▶ **Work task**: Once you reach the line that holds "v4 (-25,0,25)" in the listing below, output it and every line after it through the line that holds "FreeCAD Python script", word for word.

▶ **Dataset records**:
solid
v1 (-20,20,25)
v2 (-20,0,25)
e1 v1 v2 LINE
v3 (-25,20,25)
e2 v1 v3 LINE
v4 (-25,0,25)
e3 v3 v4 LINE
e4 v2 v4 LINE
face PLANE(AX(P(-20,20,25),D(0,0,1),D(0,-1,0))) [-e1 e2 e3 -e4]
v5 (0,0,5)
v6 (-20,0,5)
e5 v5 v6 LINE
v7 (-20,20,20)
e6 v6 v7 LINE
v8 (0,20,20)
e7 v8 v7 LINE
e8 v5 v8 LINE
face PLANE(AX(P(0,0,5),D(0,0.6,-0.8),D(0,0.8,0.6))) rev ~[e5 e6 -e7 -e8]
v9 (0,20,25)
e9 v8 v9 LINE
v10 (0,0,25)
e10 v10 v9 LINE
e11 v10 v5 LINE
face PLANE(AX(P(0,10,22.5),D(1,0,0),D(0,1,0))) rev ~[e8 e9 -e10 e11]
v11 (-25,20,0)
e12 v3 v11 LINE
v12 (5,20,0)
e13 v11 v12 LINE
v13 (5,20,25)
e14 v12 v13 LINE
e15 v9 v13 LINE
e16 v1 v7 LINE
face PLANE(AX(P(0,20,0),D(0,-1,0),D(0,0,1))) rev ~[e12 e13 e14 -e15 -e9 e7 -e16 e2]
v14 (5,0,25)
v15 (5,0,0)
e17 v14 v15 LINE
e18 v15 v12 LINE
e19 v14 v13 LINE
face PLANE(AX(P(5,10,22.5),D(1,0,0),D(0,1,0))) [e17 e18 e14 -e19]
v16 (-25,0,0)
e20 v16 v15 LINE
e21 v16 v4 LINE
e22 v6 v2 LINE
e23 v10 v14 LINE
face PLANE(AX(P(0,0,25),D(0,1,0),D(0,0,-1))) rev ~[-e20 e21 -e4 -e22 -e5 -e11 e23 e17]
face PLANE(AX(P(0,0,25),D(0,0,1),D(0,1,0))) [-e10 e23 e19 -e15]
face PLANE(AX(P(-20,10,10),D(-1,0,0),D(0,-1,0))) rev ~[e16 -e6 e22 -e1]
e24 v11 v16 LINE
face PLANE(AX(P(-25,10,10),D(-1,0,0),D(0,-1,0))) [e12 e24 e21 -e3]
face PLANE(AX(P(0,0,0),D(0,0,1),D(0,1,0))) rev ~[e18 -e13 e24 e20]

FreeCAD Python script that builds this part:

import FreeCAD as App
import Part
import Sketcher

V = App.Vector
Q = App.Units.Quantity

doc = App.newDocument("Part")
body = doc.addObject("PartDesign::Body", "Body")

sketch1 = body.newObject("Sketcher::SketchObject", "Sketch")
sketch1.AttachmentSupport = (doc.getObject("YZ_Plane"), [""])
sketch1.MapMode = "FlatFace"
sketch1.addGeometry(Part.LineSegment(V(0, 20, 0), V(0, 0, 0)), False)
sketch1.addGeometry(Part.LineSegment(V(0, 0, 0), V(20, 0, 0)), False)
sketch1.addGeometry(Part.LineSegment(V(20, 0, 0), V(20, 20, 0)), False)
sketch1.addGeometry(Part.LineSegment(V(20, 20, 0), V(0, 20, 0)), False)
sketch1.addConstraint(Sketcher.Constraint("Coincident", 0, 2, 1, 1))
sketch1.addConstraint(Sketcher.Constraint("Coincident", 1, 2, 2, 1))
sketch1.addConstraint(Sketcher.Constraint("Coincident", 2, 2, 3, 1))
sketch1.addConstraint(Sketcher.Constraint("Coincident", 3, 2, 0, 1))
sketch1.addConstraint(Sketcher.Constraint("Vertical", 0))
sketch1.addConstraint(Sketcher.Constraint("Horizontal", 1))
sketch1.addConstraint(Sketcher.Constraint("Vertical", 2))
sketch1.addConstraint(Sketcher.Constraint("Horizontal", 3))
sketch1.addConstraint(Sketcher.Constraint("Coincident", 0, 2, -1, 1))
sketch1.addConstraint(Sketcher.Constraint("Equal", 3, 0))
sketch1.addConstraint(Sketcher.Constraint("DistanceX", 1, 1, 1, 2, Q("20 mm")))
pad1 = body.newObject("PartDesign::Pad", "Pad")
pad1.Profile = sketch1
pad1.Length = 20
pad1.Reversed = True

sketch2 = body.newObject("Sketcher::SketchObject", "Sketch001")
sketch2.AttachmentSupport = (doc.getObject("YZ_Plane"), [""])
sketch2.MapMode = "FlatFace"
sketch2.AttachmentOffset = App.Placement(V(0, 0, -20), App.Rotation())
sketch2.addGeometry(Part.LineSegment(V(20, 0, 0), V(0, 0, 0)), False)
sketch2.addGeometry(Part.LineSegment(V(0, 0, 0), V(0, 25, 0)), False)
sketch2.addGeometry(Part.LineSegment(V(0, 25, 0), V(20, 25, 0)), False)
sketch2.addGeometry(Part.LineSegment(V(20, 25, 0), V(20, 0, 0)), False)
sketch2.addConstraint(Sketcher.Constraint("Coincident", 0, 2, 1, 1))
sketch2.addConstraint(Sketcher.Constraint("Coincident", 1, 2, 2, 1))
sketch2.addConstraint(Sketcher.Constraint("Coincident", 2, 2, 3, 1))
sketch2.addConstraint(Sketcher.Constraint("Coincident", 3, 2, 0, 1))
sketch2.addConstraint(Sketcher.Constraint("Horizontal", 0))
sketch2.addConstraint(Sketcher.Constraint("Vertical", 1))
sketch2.addConstraint(Sketcher.Constraint("Horizontal", 2))
sketch2.addConstraint(Sketcher.Constraint("Vertical", 3))
sketch2.addConstraint(Sketcher.Constraint("Coincident", 0, 2, -1, 1))
sketch2.addConstraint(Sketcher.Constraint("DistanceX", 0, 2, 0, 1, Q("20 mm")))
sketch2.addConstraint(Sketcher.Constraint("DistanceY", 1, 1, 1, 2, Q("25 mm")))
pad2 = body.newObject("PartDesign::Pad", "Pad001")
pad2.Profile = sketch2
pad2.Length = 5
pad2.Reversed = True

sketch3 = body.newObject("Sketcher::SketchObject", "Sketch002")
sketch3.AttachmentSupport = (doc.getObject("YZ_Plane"), [""])
sketch3.MapMode = "FlatFace"
sketch3.addGeometry(Part.LineSegment(V(0, 5, 0), V(20, 20, 0)), False)
sketch3.addGeometry(Part.LineSegment(V(20, 20, 0), V(0, 20, 0)), False)
sketch3.addGeometry(Part.LineSegment(V(0, 20, 0), V(0, 5, 0)), False)
sketch3.addConstraint(Sketcher.Constraint("Coincident", 0, 2, 1, 1))
sketch3.addConstraint(Sketcher.Constraint("Coincident", 1, 2, 2, 1))
sketch3.addConstraint(Sketcher.Constraint("Coincident", 2, 2, 0, 1))
sketch3.addConstraint(Sketcher.Constraint("Horizontal", 1))
sketch3.addConstraint(Sketcher.Constraint("Vertical", 2))
sketch3.addConstraint(Sketcher.Constraint("PointOnObject", 1, 2, -2))
sketch3.addConstraint(Sketcher.Constraint("DistanceX", 1, 2, 1, 1, Q("20 mm")))
sketch3.addConstraint(Sketcher.Constraint("DistanceY", 2, 2, 2, 1, Q("15 mm")))
sketch3.addConstraint(Sketcher.Constraint("DistanceY", -1, 1, 0, 2, Q("20 mm")))
pocket1 = body.newObject("PartDesign::Pocket", "Pocket")
pocket1.Profile = sketch3
pocket1.Length = 20

sketch4 = body.newObject("Sketcher::SketchObject", "Sketch003")
sketch4.AttachmentSupport = (doc.getObject("YZ_Plane"), [""])
sketch4.MapMode = "FlatFace"
sketch4.addGeometry(Part.LineSegment(V(0, 25, 0), V(0, 0, 0)), False)
sketch4.addGeometry(Part.LineSegment(V(0, 0, 0), V(20, 0, 0)), False)
sketch4.addGeometry(Part.LineSegment(V(20, 0, 0), V(20, 25, 0)), False)
sketch4.addGeometry(Part.LineSegment(V(20, 25, 0), V(0, 25, 0)), False)
sketch4.addConstraint(Sketcher.Constraint("Coincident", 0, 2, 1, 1))
sketch4.addConstraint(Sketcher.Constraint("Coincident", 1, 2, 2, 1))
sketch4.addConstraint(Sketcher.Constraint("Coincident", 2, 2, 3, 1))
sketch4.addConstraint(Sketcher.Constraint("Coincident", 3, 2, 0, 1))
sketch4.addConstraint(Sketcher.Constraint("Vertical", 0))
sketch4.addConstraint(Sketcher.Constraint("Horizontal", 1))
sketch4.addConstraint(Sketcher.Constraint("Vertical", 2))
sketch4.addConstraint(Sketcher.Constraint("Horizontal", 3))
sketch4.addConstraint(Sketcher.Constraint("Coincident", 0, 2, -1, 1))
sketch4.addConstraint(Sketcher.Constraint("DistanceX", 1, 1, 1, 2, Q("20 mm")))
sketch4.addConstraint(Sketcher.Constraint("DistanceY", 0, 2, 0, 1, Q("25 mm")))
pad3 = body.newObject("PartDesign::Pad", "Pad002")
pad3.Profile = sketch4
pad3.Length = 5

doc.recompute()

▶ **Response**:
v4 (-25,0,25)
e3 v3 v4 LINE
e4 v2 v4 LINE
face PLANE(AX(P(-20,20,25),D(0,0,1),D(0,-1,0))) [-e1 e2 e3 -e4]
v5 (0,0,5)
v6 (-20,0,5)
e5 v5 v6 LINE
v7 (-20,20,20)
e6 v6 v7 LINE
v8 (0,20,20)
e7 v8 v7 LINE
e8 v5 v8 LINE
face PLANE(AX(P(0,0,5),D(0,0.6,-0.8),D(0,0.8,0.6))) rev ~[e5 e6 -e7 -e8]
v9 (0,20,25)
e9 v8 v9 LINE
v10 (0,0,25)
e10 v10 v9 LINE
e11 v10 v5 LINE
face PLANE(AX(P(0,10,22.5),D(1,0,0),D(0,1,0))) rev ~[e8 e9 -e10 e11]
v11 (-25,20,0)
e12 v3 v11 LINE
v12 (5,20,0)
e13 v11 v12 LINE
v13 (5,20,25)
e14 v12 v13 LINE
e15 v9 v13 LINE
e16 v1 v7 LINE
face PLANE(AX(P(0,20,0),D(0,-1,0),D(0,0,1))) rev ~[e12 e13 e14 -e15 -e9 e7 -e16 e2]
v14 (5,0,25)
v15 (5,0,0)
e17 v14 v15 LINE
e18 v15 v12 LINE
e19 v14 v13 LINE
face PLANE(AX(P(5,10,22.5),D(1,0,0),D(0,1,0))) [e17 e18 e14 -e19]
v16 (-25,0,0)
e20 v16 v15 LINE
e21 v16 v4 LINE
e22 v6 v2 LINE
e23 v10 v14 LINE
face PLANE(AX(P(0,0,25),D(0,1,0),D(0,0,-1))) rev ~[-e20 e21 -e4 -e22 -e5 -e11 e23 e17]
face PLANE(AX(P(0,0,25),D(0,0,1),D(0,1,0))) [-e10 e23 e19 -e15]
face PLANE(AX(P(-20,10,10),D(-1,0,0),D(0,-1,0))) rev ~[e16 -e6 e22 -e1]
e24 v11 v16 LINE
face PLANE(AX(P(-25,10,10),D(-1,0,0),D(0,-1,0))) [e12 e24 e21 -e3]
face PLANE(AX(P(0,0,0),D(0,0,1),D(0,1,0))) rev ~[e18 -e13 e24 e20]

FreeCAD Python script that builds this part:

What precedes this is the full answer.